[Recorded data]
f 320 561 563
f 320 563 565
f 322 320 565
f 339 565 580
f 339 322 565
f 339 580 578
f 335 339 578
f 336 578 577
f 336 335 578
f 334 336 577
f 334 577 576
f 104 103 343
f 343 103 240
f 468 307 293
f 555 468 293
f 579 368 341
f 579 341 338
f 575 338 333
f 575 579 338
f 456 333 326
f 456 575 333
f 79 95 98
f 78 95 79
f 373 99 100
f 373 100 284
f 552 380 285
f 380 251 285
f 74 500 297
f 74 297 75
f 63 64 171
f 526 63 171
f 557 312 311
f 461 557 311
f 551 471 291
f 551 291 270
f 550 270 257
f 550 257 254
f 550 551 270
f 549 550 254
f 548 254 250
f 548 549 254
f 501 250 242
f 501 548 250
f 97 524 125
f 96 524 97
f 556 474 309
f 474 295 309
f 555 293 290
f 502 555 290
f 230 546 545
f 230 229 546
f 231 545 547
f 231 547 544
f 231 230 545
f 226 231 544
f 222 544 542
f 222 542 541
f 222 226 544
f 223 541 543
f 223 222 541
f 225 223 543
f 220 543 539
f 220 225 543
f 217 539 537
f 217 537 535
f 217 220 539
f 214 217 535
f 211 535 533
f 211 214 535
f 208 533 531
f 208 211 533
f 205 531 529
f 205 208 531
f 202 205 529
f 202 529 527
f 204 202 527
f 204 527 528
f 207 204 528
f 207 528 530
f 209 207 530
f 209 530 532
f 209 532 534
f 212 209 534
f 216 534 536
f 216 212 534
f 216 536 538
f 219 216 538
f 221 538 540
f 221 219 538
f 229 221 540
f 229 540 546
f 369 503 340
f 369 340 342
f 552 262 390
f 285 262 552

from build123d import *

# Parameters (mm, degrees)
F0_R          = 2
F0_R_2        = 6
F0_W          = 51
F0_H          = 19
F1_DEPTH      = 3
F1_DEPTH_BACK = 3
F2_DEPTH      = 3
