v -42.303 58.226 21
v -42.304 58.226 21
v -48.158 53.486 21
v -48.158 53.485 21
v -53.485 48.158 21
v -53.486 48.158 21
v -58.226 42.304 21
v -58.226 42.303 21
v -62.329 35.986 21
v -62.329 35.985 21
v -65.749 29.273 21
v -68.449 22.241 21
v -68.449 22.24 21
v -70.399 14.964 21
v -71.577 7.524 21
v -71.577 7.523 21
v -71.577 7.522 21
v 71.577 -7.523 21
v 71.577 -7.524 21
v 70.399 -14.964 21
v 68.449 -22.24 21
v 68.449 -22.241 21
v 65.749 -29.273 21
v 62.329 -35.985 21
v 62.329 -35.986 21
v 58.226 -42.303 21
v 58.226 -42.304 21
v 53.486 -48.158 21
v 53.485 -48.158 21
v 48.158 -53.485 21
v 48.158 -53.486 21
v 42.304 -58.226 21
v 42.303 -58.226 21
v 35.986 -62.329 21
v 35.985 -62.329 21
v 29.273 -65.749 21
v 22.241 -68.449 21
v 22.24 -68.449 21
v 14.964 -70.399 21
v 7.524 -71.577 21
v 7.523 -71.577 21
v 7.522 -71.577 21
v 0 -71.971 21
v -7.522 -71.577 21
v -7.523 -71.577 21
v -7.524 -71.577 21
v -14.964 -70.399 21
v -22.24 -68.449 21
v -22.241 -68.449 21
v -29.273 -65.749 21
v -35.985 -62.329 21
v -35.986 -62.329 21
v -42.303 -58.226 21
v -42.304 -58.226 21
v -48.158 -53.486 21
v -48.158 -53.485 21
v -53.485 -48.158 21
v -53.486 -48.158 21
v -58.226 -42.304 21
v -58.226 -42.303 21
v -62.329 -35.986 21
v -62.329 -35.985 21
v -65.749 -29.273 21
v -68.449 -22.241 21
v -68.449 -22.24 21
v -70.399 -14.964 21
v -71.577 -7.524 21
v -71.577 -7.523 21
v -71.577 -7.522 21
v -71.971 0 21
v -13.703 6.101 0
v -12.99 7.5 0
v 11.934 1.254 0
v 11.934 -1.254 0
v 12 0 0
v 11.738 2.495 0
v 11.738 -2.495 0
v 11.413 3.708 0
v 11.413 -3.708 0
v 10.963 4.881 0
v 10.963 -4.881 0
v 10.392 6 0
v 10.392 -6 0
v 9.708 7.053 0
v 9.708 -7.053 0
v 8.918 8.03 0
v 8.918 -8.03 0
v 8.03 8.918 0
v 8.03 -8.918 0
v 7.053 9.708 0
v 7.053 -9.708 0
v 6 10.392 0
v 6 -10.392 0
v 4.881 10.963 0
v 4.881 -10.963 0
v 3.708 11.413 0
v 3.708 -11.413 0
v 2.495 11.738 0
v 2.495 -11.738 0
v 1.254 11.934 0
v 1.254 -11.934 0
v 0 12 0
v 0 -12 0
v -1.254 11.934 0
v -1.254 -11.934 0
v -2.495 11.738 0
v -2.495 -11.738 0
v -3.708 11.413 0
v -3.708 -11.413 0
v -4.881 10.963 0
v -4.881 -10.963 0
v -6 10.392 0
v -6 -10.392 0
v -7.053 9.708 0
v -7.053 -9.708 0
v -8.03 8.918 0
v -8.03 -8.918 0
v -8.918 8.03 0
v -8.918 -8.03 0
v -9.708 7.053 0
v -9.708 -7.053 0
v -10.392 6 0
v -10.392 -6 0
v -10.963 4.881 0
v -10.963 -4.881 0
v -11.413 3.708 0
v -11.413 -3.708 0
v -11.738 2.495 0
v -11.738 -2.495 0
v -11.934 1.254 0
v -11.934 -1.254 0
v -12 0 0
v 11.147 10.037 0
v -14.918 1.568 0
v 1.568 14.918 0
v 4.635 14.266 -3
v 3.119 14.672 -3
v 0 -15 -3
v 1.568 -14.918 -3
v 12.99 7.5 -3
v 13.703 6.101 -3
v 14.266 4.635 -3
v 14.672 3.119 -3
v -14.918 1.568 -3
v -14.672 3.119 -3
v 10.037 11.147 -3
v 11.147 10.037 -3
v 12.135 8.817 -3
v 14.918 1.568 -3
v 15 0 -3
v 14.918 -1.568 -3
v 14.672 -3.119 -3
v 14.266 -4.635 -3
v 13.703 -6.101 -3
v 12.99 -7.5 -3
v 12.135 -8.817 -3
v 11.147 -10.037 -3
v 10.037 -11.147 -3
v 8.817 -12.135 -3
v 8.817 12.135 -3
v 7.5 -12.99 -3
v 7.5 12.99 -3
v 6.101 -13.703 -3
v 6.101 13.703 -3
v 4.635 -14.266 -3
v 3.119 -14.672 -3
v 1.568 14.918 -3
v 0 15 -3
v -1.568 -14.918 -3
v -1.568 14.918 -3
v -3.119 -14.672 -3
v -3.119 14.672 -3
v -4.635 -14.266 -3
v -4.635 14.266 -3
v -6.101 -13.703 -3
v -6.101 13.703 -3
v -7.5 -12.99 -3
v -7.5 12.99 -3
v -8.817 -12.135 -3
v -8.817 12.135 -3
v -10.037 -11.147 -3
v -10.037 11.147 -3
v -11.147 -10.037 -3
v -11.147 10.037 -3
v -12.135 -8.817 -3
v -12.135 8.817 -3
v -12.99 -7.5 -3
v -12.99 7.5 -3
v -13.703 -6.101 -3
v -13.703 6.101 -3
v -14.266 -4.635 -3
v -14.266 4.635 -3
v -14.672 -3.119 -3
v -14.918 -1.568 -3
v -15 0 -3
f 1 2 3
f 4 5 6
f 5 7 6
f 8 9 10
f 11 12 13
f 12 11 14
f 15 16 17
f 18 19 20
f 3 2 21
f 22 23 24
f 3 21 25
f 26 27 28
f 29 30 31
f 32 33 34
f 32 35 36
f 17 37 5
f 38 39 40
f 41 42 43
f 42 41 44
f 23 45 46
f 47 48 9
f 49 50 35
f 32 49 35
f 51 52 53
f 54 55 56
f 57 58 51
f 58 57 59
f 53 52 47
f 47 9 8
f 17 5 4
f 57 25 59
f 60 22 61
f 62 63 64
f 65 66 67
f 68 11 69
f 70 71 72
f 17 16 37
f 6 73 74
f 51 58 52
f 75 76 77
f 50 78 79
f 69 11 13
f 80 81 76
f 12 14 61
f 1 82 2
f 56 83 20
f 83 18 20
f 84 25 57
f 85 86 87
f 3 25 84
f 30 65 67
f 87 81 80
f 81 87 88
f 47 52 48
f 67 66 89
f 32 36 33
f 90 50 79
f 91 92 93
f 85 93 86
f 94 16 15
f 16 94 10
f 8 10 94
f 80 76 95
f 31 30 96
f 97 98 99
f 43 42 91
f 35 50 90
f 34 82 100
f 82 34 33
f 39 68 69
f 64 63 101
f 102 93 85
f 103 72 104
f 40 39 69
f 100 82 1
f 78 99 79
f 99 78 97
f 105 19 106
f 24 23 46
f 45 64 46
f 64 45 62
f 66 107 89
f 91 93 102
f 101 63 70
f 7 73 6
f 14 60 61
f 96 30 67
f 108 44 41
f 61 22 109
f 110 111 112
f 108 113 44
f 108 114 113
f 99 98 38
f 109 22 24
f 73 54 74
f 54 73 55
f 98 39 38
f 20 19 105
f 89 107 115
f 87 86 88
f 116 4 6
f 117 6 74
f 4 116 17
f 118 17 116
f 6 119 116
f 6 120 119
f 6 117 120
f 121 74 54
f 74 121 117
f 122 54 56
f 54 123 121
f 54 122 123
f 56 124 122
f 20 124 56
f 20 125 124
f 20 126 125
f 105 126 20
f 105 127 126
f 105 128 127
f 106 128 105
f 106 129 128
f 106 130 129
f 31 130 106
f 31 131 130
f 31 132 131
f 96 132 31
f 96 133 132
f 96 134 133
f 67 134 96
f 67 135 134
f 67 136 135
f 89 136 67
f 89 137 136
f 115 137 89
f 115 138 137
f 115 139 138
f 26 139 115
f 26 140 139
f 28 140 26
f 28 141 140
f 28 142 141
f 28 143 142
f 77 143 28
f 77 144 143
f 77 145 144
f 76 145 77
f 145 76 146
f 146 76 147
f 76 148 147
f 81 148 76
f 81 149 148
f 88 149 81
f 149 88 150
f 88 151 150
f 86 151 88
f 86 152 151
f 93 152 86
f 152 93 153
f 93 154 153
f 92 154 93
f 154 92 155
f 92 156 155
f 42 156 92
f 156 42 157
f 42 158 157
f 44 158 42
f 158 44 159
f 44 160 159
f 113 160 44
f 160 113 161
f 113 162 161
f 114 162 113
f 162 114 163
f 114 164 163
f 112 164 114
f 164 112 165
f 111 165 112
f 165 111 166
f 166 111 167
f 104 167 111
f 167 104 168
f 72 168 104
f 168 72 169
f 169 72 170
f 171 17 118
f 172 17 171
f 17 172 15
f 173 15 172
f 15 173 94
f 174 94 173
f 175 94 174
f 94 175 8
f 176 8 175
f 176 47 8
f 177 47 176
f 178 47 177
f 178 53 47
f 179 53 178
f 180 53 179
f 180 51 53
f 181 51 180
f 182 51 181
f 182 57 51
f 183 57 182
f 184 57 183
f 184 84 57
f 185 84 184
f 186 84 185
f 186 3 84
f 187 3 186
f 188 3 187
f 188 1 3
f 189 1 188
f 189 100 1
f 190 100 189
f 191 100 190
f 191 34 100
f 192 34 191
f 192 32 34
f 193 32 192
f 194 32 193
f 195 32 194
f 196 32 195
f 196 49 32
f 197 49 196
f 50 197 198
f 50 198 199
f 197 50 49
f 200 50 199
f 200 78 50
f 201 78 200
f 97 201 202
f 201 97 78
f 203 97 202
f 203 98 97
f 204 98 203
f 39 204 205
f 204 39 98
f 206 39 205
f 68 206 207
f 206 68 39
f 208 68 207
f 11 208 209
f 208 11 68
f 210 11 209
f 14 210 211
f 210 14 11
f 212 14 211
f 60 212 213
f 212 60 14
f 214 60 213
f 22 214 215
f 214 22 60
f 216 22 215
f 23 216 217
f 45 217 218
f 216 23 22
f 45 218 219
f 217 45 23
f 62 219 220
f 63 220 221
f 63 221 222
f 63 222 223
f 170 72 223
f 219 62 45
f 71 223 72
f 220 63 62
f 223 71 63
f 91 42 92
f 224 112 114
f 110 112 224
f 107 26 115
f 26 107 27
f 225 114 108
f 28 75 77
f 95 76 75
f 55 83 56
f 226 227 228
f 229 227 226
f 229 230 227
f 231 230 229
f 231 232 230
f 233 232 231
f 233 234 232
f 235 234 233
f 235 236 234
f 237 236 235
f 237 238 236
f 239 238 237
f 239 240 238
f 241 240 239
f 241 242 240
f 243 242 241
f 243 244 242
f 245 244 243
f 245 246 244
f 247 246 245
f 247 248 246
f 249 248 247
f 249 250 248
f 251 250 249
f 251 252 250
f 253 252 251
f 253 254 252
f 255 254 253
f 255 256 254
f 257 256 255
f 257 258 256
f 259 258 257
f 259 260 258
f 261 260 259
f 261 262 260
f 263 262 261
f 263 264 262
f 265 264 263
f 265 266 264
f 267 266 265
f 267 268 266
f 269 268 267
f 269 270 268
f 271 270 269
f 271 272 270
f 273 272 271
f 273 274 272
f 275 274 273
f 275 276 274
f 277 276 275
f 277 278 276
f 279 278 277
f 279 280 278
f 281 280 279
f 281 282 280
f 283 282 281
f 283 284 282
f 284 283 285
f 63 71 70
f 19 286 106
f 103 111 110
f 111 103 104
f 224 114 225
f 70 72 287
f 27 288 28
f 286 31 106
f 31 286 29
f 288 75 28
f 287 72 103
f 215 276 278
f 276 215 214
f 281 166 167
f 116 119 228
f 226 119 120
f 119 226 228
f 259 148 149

WHAT TO PRODUCE -
Copy the lines of the data above exactly as written, beginning with the line containing "f 93 154 153" and ending with the line containing "f 273 274 272", and leave out all other lines.

ANSWER FOR THIS EXERCISE -
f 93 154 153
f 92 154 93
f 154 92 155
f 92 156 155
f 42 156 92
f 156 42 157
f 42 158 157
f 44 158 42
f 158 44 159
f 44 160 159
f 113 160 44
f 160 113 161
f 113 162 161
f 114 162 113
f 162 114 163
f 114 164 163
f 112 164 114
f 164 112 165
f 111 165 112
f 165 111 166
f 166 111 167
f 104 167 111
f 167 104 168
f 72 168 104
f 168 72 169
f 169 72 170
f 171 17 118
f 172 17 171
f 17 172 15
f 173 15 172
f 15 173 94
f 174 94 173
f 175 94 174
f 94 175 8
f 176 8 175
f 176 47 8
f 177 47 176
f 178 47 177
f 178 53 47
f 179 53 178
f 180 53 179
f 180 51 53
f 181 51 180
f 182 51 181
f 182 57 51
f 183 57 182
f 184 57 183
f 184 84 57
f 185 84 184
f 186 84 185
f 186 3 84
f 187 3 186
f 188 3 187
f 188 1 3
f 189 1 188
f 189 100 1
f 190 100 189
f 191 100 190
f 191 34 100
f 192 34 191
f 192 32 34
f 193 32 192
f 194 32 193
f 195 32 194
f 196 32 195
f 196 49 32
f 197 49 196
f 50 197 198
f 50 198 199
f 197 50 49
f 200 50 199
f 200 78 50
f 201 78 200
f 97 201 202
f 201 97 78
f 203 97 202
f 203 98 97
f 204 98 203
f 39 204 205
f 204 39 98
f 206 39 205
f 68 206 207
f 206 68 39
f 208 68 207
f 11 208 209
f 208 11 68
f 210 11 209
f 14 210 211
f 210 14 11
f 212 14 211
f 60 212 213
f 212 60 14
f 214 60 213
f 22 214 215
f 214 22 60
f 216 22 215
f 23 216 217
f 45 217 218
f 216 23 22
f 45 218 219
f 217 45 23
f 62 219 220
f 63 220 221
f 63 221 222
f 63 222 223
f 170 72 223
f 219 62 45
f 71 223 72
f 220 63 62
f 223 71 63
f 91 42 92
f 224 112 114
f 110 112 224
f 107 26 115
f 26 107 27
f 225 114 108
f 28 75 77
f 95 76 75
f 55 83 56
f 226 227 228
f 229 227 226
f 229 230 227
f 231 230 229
f 231 232 230
f 233 232 231
f 233 234 232
f 235 234 233
f 235 236 234
f 237 236 235
f 237 238 236
f 239 238 237
f 239 240 238
f 241 240 239
f 241 242 240
f 243 242 241
f 243 244 242
f 245 244 243
f 245 246 244
f 247 246 245
f 247 248 246
f 249 248 247
f 249 250 248
f 251 250 249
f 251 252 250
f 253 252 251
f 253 254 252
f 255 254 253
f 255 256 254
f 257 256 255
f 257 258 256
f 259 258 257
f 259 260 258
f 261 260 259
f 261 262 260
f 263 262 261
f 263 264 262
f 265 264 263
f 265 266 264
f 267 266 265
f 267 268 266
f 269 268 267
f 269 270 268
f 271 270 269
f 271 272 270
f 273 272 271
f 273 274 272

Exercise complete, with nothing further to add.